Oreskes hired a researcher to start looking, and what they both found surprised her. The evidence they uncovered includes articles cataloged by the staff of the act’s chief architect, proceedings of scientific conferences attended by members of Congress, and correspondence with constituents and scientific advisers to Johnson and Nixon. The material included documents pertaining not only to environmental champions but also to other prominent members of Congress.

“These were people really at the center of power,” Oreskes said.

When Sen. Edmund Muskie, a Maine Democrat, introduced the Clean Air Act of 1970, he warned his colleagues that unchecked air pollution would continue to “threaten irreversible atmospheric and climatic changes.” The new research shows that his staff had collected reports establishing the science behind his statement. He and other senators had attended a 1966 conference featuring discussion of carbon dioxide as a pollutant. At that conference, Wisconsin Sen. Gaylord Nelson warned about carbon dioxide pollution from fossil fuel combustion, which he said “is believed to have drastic effects on climate.”
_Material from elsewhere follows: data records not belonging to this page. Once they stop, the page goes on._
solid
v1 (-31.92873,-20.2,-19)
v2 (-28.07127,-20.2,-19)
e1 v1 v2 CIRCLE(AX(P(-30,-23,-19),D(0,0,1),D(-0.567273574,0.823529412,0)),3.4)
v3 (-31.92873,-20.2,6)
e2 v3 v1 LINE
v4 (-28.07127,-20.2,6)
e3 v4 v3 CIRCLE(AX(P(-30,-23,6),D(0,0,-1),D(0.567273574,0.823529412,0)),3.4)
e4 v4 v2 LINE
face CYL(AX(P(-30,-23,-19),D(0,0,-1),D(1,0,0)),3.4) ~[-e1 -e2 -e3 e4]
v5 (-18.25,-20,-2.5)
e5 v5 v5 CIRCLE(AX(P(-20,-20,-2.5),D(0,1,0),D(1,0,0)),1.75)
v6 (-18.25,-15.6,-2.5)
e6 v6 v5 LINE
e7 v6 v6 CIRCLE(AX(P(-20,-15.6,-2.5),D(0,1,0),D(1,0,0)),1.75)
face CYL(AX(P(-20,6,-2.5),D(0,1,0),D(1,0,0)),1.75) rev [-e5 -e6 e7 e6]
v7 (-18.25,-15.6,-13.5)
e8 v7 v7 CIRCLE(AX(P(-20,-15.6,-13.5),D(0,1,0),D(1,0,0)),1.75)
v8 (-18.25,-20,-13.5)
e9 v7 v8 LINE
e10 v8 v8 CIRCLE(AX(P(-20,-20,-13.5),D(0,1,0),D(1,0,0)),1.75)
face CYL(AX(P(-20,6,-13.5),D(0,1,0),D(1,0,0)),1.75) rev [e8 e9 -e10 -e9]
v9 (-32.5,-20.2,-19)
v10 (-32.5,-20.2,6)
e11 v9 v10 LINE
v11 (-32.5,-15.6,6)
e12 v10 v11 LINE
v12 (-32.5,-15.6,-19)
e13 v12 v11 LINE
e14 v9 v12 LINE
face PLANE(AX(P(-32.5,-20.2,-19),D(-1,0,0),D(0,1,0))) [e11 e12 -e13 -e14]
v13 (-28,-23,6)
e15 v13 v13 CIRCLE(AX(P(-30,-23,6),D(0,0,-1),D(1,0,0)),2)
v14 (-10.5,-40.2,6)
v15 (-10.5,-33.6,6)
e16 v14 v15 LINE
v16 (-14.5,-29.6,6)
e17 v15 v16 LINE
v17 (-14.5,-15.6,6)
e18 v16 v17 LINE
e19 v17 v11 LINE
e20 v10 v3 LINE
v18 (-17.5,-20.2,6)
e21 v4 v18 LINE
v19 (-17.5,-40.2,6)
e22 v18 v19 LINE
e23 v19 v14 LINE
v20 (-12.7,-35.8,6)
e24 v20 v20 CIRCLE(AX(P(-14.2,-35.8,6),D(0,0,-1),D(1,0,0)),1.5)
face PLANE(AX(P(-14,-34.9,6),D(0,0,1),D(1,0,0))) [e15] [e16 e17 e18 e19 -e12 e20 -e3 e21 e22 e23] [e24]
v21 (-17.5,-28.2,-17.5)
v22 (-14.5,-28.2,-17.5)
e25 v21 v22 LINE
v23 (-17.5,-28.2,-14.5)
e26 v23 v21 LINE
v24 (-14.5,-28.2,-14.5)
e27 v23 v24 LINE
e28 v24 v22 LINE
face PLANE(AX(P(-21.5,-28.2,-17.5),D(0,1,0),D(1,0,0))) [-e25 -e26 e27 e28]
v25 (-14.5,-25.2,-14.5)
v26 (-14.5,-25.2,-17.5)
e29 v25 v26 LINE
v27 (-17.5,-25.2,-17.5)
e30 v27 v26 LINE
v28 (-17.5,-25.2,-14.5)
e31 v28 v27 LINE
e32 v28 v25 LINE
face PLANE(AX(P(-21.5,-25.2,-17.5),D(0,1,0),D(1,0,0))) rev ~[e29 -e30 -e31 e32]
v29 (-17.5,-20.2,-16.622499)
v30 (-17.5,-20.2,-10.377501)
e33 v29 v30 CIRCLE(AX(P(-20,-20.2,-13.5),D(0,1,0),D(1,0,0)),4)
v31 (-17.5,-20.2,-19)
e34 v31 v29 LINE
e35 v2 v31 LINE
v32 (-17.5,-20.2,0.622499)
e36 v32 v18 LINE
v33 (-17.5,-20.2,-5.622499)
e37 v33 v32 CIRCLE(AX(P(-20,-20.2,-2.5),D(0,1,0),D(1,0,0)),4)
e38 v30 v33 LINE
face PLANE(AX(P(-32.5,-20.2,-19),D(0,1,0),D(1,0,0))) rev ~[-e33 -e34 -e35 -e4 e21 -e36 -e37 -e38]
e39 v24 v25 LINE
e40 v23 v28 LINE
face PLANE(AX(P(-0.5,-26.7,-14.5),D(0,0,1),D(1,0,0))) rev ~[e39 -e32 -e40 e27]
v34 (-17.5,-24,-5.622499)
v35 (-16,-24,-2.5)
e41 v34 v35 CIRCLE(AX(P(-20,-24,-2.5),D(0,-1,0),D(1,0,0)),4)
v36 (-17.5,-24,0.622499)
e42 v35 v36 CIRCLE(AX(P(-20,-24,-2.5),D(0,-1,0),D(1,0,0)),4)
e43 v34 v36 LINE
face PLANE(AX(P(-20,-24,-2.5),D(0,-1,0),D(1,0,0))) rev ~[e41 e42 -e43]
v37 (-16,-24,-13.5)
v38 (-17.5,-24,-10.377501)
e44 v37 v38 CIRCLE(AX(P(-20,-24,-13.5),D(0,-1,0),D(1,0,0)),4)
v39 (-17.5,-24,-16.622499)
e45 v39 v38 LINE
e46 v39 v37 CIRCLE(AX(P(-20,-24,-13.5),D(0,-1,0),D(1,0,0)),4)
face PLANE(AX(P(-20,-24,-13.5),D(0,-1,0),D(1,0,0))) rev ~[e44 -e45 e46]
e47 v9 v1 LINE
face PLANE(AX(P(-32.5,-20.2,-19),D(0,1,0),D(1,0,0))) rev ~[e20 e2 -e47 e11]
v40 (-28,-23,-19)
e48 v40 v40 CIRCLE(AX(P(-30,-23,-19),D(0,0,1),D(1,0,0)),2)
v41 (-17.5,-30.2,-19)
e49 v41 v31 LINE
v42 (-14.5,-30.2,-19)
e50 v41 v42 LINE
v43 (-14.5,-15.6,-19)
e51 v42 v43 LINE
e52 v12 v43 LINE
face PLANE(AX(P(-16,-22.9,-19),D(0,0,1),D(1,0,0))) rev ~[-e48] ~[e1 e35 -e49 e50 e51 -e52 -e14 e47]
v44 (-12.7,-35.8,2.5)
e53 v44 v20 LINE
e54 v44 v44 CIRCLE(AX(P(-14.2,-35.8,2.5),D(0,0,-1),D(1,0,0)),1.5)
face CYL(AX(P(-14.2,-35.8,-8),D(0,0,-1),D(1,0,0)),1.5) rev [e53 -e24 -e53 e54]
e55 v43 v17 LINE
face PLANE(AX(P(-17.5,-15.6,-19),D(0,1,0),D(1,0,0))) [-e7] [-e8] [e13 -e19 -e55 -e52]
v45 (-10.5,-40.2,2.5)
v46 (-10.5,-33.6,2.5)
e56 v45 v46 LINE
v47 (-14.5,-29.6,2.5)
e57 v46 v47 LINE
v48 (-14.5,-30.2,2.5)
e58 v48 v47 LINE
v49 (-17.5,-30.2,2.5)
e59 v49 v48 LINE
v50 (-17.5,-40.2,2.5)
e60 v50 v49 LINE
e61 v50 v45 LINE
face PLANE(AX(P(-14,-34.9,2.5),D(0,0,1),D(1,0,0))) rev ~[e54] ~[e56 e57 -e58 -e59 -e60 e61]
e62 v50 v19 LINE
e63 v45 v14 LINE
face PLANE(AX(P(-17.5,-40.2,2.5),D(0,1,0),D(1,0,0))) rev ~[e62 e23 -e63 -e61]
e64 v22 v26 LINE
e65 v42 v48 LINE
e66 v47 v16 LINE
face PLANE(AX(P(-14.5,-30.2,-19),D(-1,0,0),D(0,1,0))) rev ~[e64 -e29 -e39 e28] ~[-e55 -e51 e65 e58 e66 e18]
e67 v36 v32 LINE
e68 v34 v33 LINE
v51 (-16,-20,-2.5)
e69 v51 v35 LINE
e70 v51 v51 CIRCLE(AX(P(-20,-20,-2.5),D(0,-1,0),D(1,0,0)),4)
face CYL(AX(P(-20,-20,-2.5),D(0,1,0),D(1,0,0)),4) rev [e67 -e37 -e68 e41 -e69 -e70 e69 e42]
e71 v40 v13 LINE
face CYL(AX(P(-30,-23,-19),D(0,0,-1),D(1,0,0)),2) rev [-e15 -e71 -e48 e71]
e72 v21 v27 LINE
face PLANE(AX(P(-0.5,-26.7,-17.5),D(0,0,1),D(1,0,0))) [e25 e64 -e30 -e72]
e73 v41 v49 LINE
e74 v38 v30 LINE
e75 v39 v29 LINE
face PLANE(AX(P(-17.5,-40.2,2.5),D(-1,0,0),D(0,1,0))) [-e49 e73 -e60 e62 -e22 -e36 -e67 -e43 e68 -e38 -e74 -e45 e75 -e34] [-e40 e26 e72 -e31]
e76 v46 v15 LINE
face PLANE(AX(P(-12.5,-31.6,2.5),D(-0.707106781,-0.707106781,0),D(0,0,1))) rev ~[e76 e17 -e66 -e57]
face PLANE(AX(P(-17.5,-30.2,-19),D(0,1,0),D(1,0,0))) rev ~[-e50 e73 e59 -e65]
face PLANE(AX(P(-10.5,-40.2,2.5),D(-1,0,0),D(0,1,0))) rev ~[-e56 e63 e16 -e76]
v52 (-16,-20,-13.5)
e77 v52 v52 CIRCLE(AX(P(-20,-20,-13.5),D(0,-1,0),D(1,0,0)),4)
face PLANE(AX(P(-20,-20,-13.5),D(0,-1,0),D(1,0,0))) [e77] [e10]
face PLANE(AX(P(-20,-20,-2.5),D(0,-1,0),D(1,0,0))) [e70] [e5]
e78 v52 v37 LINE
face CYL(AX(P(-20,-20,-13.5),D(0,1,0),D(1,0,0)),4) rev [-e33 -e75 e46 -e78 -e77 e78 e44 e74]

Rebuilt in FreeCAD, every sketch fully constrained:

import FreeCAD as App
import Part
import Sketcher
from FreeCAD import Vector
Q = App.Units.Quantity


def edges_at(feature, points):
    """Names of the edges that pass closest to the given points."""
    edges = feature.Shape.Edges
    near = lambda p: min(range(len(edges)), key=lambda i: edges[i].distToShape(Part.Vertex(*p))[0])
    return sorted({f"Edge{near(p) + 1}" for p in points})


def add_polygon(sketch, points):
    """Adds a closed chain of lines whose ends are joined by coincident constraints."""
    first, n = sketch.GeometryCount, len(points)
    for a, b in zip(points, points[1:] + points[:1]):
        sketch.addGeometry(Part.LineSegment(App.Vector(*a, 0), App.Vector(*b, 0)), False)
    for i in range(n):
        sketch.addConstraint(Sketcher.Constraint("Coincident", first + i, 2, first + (i + 1) % n, 1))

doc = App.newDocument("Part")
body = doc.addObject("PartDesign::Body", "Body")

# Sketch on XY plane
sketch1 = body.newObject("Sketcher::SketchObject", "Sketch")
sketch1.AttachmentSupport = (doc.getObject("XY_Plane"), [""])
sketch1.MapMode = "FlatFace"
sketch1.addGeometry(Part.Circle(Vector(0, 0, 0), Vector(0, 0, 1), 1.8), False)
sketch1.addConstraint(Sketcher.Constraint("Coincident", 0, 3, -1, 1))
sketch1.addConstraint(Sketcher.Constraint("Diameter", 0, Q("3.5 mm")))
pad1 = body.newObject("PartDesign::Pad", "Pad")
pad1.Profile = sketch1
pad1.Length = 44
body2 = doc.addObject("PartDesign::Body", "Body001")
doc.recompute()

body.Placement = App.Placement(Vector(0, 0, 0), App.Rotation(Vector(1, 0, 0), 90))
boolean = body2.newObject("PartDesign::Boolean", "Boolean")
boolean.Type = "Fuse"
boolean.addObjects([body])
body3 = doc.addObject("PartDesign::Body", "Body002")
doc.recompute()

body2.Placement = App.Placement(Vector(-20, 6, -13.5), App.Rotation(Vector(0, 0, 1), 0))
boolean2 = body3.newObject("PartDesign::Boolean", "Boolean001")
boolean2.Type = "Fuse"
boolean2.addObjects([body2])
body4 = doc.addObject("PartDesign::Body", "Body003")

# Sketch on XY plane
sketch2 = body4.newObject("Sketcher::SketchObject", "Sketch001")
sketch2.AttachmentSupport = (doc.getObject("XY_Plane003"), [""])
sketch2.MapMode = "FlatFace"
sketch2.AttachmentOffset = App.Placement(Vector(0, 0, -19), App.Rotation())
sketch2.addGeometry(Part.Circle(Vector(-30, -23, 0), Vector(0, 0, 1), 2), False)
sketch2.addConstraint(Sketcher.Constraint("Diameter", 0, Q("4 mm")))
sketch2.addConstraint(Sketcher.Constraint("DistanceX", 0, 3, -1, 1, Q("30 mm")))
sketch2.addConstraint(Sketcher.Constraint("DistanceY", 0, 3, -1, 1, Q("23 mm")))
pad2 = body4.newObject("PartDesign::Pad", "Pad001")
pad2.Profile = sketch2
pad2.Length = 42
body5 = doc.addObject("PartDesign::Body", "Body004")

# Sketch on XY plane
sketch3 = body5.newObject("Sketcher::SketchObject", "Sketch002")
sketch3.AttachmentSupport = (doc.getObject("XY_Plane004"), [""])
sketch3.MapMode = "FlatFace"
sketch3.AttachmentOffset = App.Placement(Vector(0, 0, -8), App.Rotation())
sketch3.addGeometry(Part.Circle(Vector(-14.2, -35.8, 0), Vector(0, 0, 1), 1.5), False)
sketch3.addConstraint(Sketcher.Constraint("Diameter", 0, Q("3 mm")))
sketch3.addConstraint(Sketcher.Constraint("DistanceX", 0, 3, -1, 1, Q("14.2 mm")))
sketch3.addConstraint(Sketcher.Constraint("DistanceY", 0, 3, -1, 1, Q("35.8 mm")))
pad3 = body5.newObject("PartDesign::Pad", "Pad002")
pad3.Profile = sketch3
pad3.Length = 42
body6 = doc.addObject("PartDesign::Body", "Body005")

# Sketch on XY plane
sketch4 = body6.newObject("Sketcher::SketchObject", "Sketch003")
sketch4.AttachmentSupport = (doc.getObject("XY_Plane005"), [""])
sketch4.MapMode = "FlatFace"
sketch4.addGeometry(Part.Circle(Vector(0, 0, 0), Vector(0, 0, 1), 4), False)
sketch4.addConstraint(Sketcher.Constraint("Coincident", 0, 3, -1, 1))
sketch4.addConstraint(Sketcher.Constraint("Diameter", 0, Q("8 mm")))
pad4 = body6.newObject("PartDesign::Pad", "Pad003")
pad4.Profile = sketch4
pad4.Length = 4
body7 = doc.addObject("PartDesign::Body", "Body006")
doc.recompute()

body6.Placement = App.Placement(Vector(0, 0, 0), App.Rotation(Vector(1, 0, 0), 90))
boolean3 = body7.newObject("PartDesign::Boolean", "Boolean002")
boolean3.Type = "Fuse"
boolean3.addObjects([body6])
body8 = doc.addObject("PartDesign::Body", "Body007")
doc.recompute()

body7.Placement = App.Placement(Vector(-20, -20, -2.5), App.Rotation(Vector(0, 0, 1), 0))
boolean4 = body8.newObject("PartDesign::Boolean", "Boolean003")
boolean4.Type = "Fuse"
boolean4.addObjects([body7])
body9 = doc.addObject("PartDesign::Body", "Body008")

# Sketch on XY plane
sketch5 = body9.newObject("Sketcher::SketchObject", "Sketch004")
sketch5.AttachmentSupport = (doc.getObject("XY_Plane008"), [""])
sketch5.MapMode = "FlatFace"
sketch5.addGeometry(Part.Circle(Vector(0, 0, 0), Vector(0, 0, 1), 4), False)
sketch5.addConstraint(Sketcher.Constraint("Coincident", 0, 3, -1, 1))
sketch5.addConstraint(Sketcher.Constraint("Diameter", 0, Q("8 mm")))
pad5 = body9.newObject("PartDesign::Pad", "Pad004")
pad5.Profile = sketch5
pad5.Length = 4
body10 = doc.addObject("PartDesign::Body", "Body009")
doc.recompute()

body9.Placement = App.Placement(Vector(0, 0, 0), App.Rotation(Vector(1, 0, 0), 90))
boolean5 = body10.newObject("PartDesign::Boolean", "Boolean004")
boolean5.Type = "Fuse"
boolean5.addObjects([body9])
body11 = doc.addObject("PartDesign::Body", "Body010")
doc.recompute()

body10.Placement = App.Placement(Vector(-20, -20, -13.5), App.Rotation(Vector(0, 0, 1), 0))
boolean6 = body11.newObject("PartDesign::Boolean", "Boolean005")
boolean6.Type = "Fuse"
boolean6.addObjects([body10])
body12 = doc.addObject("PartDesign::Body", "Body011")

# Sketch on XY plane
sketch6 = body12.newObject("Sketcher::SketchObject", "Sketch005")
sketch6.AttachmentSupport = (doc.getObject("XY_Plane011"), [""])
sketch6.MapMode = "FlatFace"
sketch6.AttachmentOffset = App.Placement(Vector(0, 0, -17.5), App.Rotation())
add_polygon(sketch6, [(-21.5, -25.2), (-21.5, -28.2), (20.5, -28.2), (20.5, -25.2)])  # lines 0-3
sketch6.addConstraint(Sketcher.Constraint("Vertical", 0))
sketch6.addConstraint(Sketcher.Constraint("Horizontal", 1))
sketch6.addConstraint(Sketcher.Constraint("Vertical", 2))
sketch6.addConstraint(Sketcher.Constraint("Horizontal", 3))
sketch6.addConstraint(Sketcher.Constraint("DistanceX", 1, 1, 1, 2, Q("42 mm")))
The paper also cites a 1969 letter to Sen. Henry “Scoop” Jackson of Washington from a constituent who had watched the poet Allen Ginsberg warning of melting polar ice caps and widespread global flooding on the Merv Griffin Show. The constituent was skeptical of the message, called Ginsberg “one of America’s premier kooks” and sought a correction of the record from the senator: “After all, quite a few million people watch this show, people of widely varying degrees of intelligence, and the possibility of this sort of charge—even from an Allen Ginsberg—being accepted even in part, is dangerous.”